If our labels are real numbers \(y \in \mathbb{R}\), e.g. if we’re trying to predict the number of hours a patient will stay in the hospital, then we’ll say that we have a regression problem.

Alternatively, if our labels are categorical values, e.g. we’re trying to predict whether or not a patient has appendicitis, \(y \in \{\textit{healthy}, \textit{appendicitis}\}\), then we’ll say that we have a classification problem.

If we have a full dataset of \(N\) observations and labels, we could refer to the collection of \(N\) labels as a vector \(\mathbf{y} \in \mathbb{R}^N\).

Other types of data

We’ll focus on tabular data for the first part of this course, but it’s far from the only type of data that we’ll consider. We won’t go into detail here about representing these types of data, we’ll leave that until we introduce the relevant neural network material.

Image and field data

Images are one of the most common inputs to neural networks for many real-world problems. A single image typically consists of thousands to millions of individual measurements making up the pixels of the image (each “pixel” represents the color or brightness of the image at a given location). In tabular data we generally assume each feature has a different interpretation and the order of the features isn’t inherently meaningful. In image data, our features all have the same interpretation (as pixels), and a specific configuration as a 2-dimensional grid.
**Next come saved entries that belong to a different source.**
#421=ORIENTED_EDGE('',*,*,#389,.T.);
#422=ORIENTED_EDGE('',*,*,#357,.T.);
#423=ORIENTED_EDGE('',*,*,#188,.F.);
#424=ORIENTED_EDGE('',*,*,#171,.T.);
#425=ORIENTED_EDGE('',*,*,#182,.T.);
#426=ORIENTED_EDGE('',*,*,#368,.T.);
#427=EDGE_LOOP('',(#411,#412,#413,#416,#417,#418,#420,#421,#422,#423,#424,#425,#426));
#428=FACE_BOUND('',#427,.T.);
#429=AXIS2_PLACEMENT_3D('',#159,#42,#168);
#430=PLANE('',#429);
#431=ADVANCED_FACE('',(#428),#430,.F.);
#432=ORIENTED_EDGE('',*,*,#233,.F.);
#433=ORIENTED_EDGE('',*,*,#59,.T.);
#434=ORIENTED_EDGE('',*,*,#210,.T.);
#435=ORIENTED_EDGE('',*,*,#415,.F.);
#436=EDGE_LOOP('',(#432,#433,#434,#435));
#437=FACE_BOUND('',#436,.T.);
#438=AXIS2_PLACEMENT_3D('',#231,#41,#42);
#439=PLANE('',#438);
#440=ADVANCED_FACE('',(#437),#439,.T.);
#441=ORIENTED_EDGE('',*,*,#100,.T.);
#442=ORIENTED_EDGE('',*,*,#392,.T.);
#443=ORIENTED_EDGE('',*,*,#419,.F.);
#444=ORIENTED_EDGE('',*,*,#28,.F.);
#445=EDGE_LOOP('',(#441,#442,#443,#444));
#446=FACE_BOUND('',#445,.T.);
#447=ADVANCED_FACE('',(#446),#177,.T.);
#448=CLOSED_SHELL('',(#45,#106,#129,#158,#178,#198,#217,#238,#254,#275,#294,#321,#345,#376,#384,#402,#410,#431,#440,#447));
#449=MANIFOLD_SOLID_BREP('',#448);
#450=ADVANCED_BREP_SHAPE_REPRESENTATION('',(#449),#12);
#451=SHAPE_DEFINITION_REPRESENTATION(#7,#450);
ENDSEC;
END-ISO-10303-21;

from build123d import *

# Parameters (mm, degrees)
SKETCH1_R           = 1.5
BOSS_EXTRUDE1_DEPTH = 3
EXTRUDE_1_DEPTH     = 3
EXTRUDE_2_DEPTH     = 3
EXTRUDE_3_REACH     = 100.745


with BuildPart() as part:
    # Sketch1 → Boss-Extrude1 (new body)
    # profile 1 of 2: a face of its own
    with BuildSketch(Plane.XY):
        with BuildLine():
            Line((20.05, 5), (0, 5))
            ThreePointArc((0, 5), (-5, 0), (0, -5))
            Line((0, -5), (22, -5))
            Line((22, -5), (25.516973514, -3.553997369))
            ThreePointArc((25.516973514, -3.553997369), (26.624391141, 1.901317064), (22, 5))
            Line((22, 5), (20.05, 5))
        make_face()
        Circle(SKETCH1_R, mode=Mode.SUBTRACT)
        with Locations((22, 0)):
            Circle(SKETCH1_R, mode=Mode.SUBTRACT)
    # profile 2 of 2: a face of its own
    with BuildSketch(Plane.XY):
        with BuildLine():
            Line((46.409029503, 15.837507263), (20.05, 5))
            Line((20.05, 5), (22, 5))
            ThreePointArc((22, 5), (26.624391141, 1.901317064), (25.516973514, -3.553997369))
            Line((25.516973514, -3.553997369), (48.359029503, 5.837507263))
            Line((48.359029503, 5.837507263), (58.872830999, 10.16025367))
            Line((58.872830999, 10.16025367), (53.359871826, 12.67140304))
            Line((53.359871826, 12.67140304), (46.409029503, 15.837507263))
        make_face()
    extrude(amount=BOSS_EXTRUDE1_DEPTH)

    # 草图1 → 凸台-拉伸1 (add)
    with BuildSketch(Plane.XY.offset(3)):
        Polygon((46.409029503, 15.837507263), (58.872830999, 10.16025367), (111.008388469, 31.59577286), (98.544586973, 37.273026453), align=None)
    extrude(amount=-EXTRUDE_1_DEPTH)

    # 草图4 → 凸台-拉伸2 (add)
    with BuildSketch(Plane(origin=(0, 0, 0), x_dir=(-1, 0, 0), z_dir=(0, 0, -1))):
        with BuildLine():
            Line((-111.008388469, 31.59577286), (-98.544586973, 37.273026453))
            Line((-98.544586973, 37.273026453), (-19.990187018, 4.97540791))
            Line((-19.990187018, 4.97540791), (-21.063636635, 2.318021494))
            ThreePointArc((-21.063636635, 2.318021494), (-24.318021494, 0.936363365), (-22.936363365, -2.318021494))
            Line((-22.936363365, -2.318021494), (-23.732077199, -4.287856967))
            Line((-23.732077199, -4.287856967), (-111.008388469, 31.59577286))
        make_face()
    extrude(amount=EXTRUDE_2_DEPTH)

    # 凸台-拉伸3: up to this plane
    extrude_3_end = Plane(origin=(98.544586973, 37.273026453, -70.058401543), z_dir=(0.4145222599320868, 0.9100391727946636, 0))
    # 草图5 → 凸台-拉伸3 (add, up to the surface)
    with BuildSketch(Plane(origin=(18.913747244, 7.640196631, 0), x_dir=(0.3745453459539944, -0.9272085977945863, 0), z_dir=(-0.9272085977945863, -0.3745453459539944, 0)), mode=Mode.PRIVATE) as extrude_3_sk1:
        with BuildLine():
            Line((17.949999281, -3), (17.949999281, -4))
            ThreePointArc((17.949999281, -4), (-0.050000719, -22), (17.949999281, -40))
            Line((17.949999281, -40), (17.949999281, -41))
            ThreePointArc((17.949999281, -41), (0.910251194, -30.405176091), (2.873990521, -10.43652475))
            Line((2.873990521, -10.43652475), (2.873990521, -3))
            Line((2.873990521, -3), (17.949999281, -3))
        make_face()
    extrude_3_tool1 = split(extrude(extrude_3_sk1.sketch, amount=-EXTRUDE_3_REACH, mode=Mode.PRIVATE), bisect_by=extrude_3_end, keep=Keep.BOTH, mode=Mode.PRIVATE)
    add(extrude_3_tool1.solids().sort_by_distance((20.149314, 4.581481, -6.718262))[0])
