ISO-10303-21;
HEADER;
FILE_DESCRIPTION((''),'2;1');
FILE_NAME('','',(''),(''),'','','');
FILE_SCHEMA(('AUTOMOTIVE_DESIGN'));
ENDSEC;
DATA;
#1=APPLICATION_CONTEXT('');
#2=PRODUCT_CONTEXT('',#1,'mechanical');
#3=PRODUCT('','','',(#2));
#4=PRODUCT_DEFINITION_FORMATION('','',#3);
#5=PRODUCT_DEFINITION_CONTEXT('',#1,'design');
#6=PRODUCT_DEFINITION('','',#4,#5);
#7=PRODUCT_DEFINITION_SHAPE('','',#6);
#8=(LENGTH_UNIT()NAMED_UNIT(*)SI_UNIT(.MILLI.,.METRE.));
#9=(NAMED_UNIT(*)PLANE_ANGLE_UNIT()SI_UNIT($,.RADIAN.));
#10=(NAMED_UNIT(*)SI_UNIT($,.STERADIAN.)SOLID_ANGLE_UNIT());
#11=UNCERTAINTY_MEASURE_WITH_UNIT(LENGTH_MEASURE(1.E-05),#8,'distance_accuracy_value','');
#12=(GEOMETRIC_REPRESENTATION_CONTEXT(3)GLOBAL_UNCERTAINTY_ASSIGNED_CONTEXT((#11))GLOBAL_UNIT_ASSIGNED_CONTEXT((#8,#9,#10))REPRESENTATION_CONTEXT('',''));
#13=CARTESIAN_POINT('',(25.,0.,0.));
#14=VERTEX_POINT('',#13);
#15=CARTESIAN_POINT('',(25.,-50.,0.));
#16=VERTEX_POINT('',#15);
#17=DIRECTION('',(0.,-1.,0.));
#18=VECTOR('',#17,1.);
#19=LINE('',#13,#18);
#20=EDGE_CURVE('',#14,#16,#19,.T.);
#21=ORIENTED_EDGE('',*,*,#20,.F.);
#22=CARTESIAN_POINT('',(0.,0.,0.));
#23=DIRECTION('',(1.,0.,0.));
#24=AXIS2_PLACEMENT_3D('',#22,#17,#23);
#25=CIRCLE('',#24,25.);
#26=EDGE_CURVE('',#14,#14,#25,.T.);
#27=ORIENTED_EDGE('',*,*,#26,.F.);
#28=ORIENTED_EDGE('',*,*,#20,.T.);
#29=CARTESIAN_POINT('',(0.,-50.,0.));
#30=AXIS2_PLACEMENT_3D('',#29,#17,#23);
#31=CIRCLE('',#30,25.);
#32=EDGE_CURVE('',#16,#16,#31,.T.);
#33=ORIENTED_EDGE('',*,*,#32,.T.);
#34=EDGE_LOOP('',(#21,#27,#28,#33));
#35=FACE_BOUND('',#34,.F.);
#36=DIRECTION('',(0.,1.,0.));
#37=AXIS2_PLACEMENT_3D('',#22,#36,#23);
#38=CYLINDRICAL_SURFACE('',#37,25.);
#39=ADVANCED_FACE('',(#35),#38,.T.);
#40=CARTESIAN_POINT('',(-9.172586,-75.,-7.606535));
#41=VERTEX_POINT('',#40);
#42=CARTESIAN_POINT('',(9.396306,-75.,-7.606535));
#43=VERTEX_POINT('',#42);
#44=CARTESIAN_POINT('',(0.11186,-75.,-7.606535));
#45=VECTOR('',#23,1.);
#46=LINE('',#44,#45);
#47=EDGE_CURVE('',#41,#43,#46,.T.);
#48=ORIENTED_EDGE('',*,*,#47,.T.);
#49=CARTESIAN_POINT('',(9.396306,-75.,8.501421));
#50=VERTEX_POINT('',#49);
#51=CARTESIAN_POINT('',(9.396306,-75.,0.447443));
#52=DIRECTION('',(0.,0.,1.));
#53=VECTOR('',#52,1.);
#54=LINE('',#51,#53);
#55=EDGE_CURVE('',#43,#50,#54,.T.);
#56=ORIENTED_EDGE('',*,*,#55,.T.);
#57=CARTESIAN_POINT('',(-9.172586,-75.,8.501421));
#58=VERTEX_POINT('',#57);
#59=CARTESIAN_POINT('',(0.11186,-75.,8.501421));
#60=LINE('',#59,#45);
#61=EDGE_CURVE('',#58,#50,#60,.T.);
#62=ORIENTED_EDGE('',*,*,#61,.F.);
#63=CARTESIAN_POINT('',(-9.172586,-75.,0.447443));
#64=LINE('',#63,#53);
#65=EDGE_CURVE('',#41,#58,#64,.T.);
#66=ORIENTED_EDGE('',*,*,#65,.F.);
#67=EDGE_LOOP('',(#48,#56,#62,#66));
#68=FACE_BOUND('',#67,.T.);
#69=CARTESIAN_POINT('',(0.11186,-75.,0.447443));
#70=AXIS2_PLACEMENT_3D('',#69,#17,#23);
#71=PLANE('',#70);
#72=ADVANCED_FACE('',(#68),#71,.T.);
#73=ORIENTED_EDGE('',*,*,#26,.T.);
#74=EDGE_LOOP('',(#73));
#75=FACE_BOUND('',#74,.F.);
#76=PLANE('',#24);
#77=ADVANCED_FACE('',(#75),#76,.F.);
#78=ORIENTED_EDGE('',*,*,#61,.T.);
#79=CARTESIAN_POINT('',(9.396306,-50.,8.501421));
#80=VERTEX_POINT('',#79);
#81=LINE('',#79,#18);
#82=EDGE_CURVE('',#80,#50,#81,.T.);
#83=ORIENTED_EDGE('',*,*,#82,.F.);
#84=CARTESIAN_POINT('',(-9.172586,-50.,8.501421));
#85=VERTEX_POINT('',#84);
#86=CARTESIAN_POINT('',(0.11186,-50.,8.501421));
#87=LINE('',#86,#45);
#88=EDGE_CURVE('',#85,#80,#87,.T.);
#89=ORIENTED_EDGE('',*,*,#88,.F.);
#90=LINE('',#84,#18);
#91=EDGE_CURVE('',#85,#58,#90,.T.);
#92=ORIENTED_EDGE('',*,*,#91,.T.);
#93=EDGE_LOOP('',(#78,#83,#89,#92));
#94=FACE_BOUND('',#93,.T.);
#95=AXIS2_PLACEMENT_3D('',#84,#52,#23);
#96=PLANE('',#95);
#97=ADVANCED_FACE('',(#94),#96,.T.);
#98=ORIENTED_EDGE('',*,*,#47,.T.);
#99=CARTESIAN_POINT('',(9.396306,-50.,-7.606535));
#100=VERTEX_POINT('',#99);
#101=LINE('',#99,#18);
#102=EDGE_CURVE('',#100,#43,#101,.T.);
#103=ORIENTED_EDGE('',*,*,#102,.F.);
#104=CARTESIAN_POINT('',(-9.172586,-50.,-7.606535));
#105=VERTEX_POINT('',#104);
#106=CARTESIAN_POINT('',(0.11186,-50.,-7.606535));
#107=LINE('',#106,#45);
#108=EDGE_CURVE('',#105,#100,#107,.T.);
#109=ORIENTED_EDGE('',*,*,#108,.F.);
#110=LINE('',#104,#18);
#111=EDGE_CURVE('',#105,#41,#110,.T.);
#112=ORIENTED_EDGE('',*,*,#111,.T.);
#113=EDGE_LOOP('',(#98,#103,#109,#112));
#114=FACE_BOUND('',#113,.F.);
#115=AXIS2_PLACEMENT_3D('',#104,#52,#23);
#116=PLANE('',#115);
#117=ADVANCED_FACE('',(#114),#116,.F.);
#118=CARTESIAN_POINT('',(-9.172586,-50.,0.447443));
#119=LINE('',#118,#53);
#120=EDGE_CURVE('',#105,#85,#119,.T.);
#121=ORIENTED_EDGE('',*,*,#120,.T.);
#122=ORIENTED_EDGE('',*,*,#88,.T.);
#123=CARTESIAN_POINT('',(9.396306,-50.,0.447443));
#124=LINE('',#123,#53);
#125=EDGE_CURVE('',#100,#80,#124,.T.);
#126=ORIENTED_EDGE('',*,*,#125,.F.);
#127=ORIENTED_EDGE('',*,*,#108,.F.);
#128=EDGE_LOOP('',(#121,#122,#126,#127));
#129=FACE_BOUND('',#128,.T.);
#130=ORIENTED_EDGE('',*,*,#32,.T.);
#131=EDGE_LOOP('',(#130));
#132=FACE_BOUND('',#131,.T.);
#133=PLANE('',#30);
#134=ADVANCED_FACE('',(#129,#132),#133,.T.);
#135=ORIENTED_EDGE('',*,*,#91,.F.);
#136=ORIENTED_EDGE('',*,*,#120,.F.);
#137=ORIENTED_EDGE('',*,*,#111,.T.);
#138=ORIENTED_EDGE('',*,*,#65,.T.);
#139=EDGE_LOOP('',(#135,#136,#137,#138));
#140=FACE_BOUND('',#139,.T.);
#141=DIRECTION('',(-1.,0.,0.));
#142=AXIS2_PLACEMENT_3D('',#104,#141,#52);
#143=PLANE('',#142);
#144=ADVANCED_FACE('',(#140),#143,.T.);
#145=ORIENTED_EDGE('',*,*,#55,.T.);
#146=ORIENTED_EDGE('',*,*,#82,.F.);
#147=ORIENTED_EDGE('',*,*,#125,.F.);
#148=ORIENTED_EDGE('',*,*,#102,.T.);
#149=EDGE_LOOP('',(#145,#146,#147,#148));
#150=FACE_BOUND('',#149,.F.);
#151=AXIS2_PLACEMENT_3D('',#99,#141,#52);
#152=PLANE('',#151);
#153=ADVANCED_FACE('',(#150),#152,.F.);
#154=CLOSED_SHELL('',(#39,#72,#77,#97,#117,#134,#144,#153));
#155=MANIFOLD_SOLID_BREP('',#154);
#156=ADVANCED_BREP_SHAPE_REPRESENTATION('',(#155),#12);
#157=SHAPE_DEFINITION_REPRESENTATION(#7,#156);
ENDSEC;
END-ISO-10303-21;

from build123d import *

# Parameters (mm, degrees)
F0_R     = 25
F1_DEPTH = 50
F2_W     = 18.568892
F2_H     = 16.107955
F3_DEPTH = 25


with BuildPart() as f1:
    # F0 (on Front) → F1 (new body)
    with BuildSketch(Plane.XZ):
        Circle(F0_R)
    extrude(amount=F1_DEPTH)

    # F2 (on face) → F3 (join)
    with BuildSketch(Plane.XZ.offset(50)):
        with Locations((0.11186, 0.447443)):
            Rectangle(F2_W, F2_H)
    extrude(amount=F3_DEPTH)


solid = f1.part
More generally, we can think of image data as being a member of the larger category of field data. Field data refers to data where every point in a given space has a value or set of values associated with it. This includes image data (each pixel has a brightness or red, green and blue color values), as well as things like video (with a third, time dimension), audio (with only a time dimension), 3-d medical scans (with x, y and z spatial dimensions) and climate data (latitude and longitude coordinates) among others.

Text and sequence data

Text is another widely used application of neural networks. In this case our observation could be a sentence or paragraph of text. More generally, we can frame this as a variable-length sequence of categorical features (or tokens). Beyond text, we can also frame things like genetic data in this way.

Graph/network data

In many cases our data might be defined not just by the features of each observation, but also by the relationships between observations. In this case we have what we’d call graph or network data. A classic example would be social networks, where the relationships between people (e.g. whether or not they are friends) is of upmost importance. Other examples include things like protein structures, where the configuration of atoms in a molecule is as important as the types of the atoms.

Multi-modal data

In many cases it’s also common to consider more than one type of data at once. For example, a diagnosis system might take in an x-ray image, text of doctor notes and tabular test result data as inputs to its prediction function. We this multi-modal data, as it has multiple different types or modes in one (image, text and tabluar).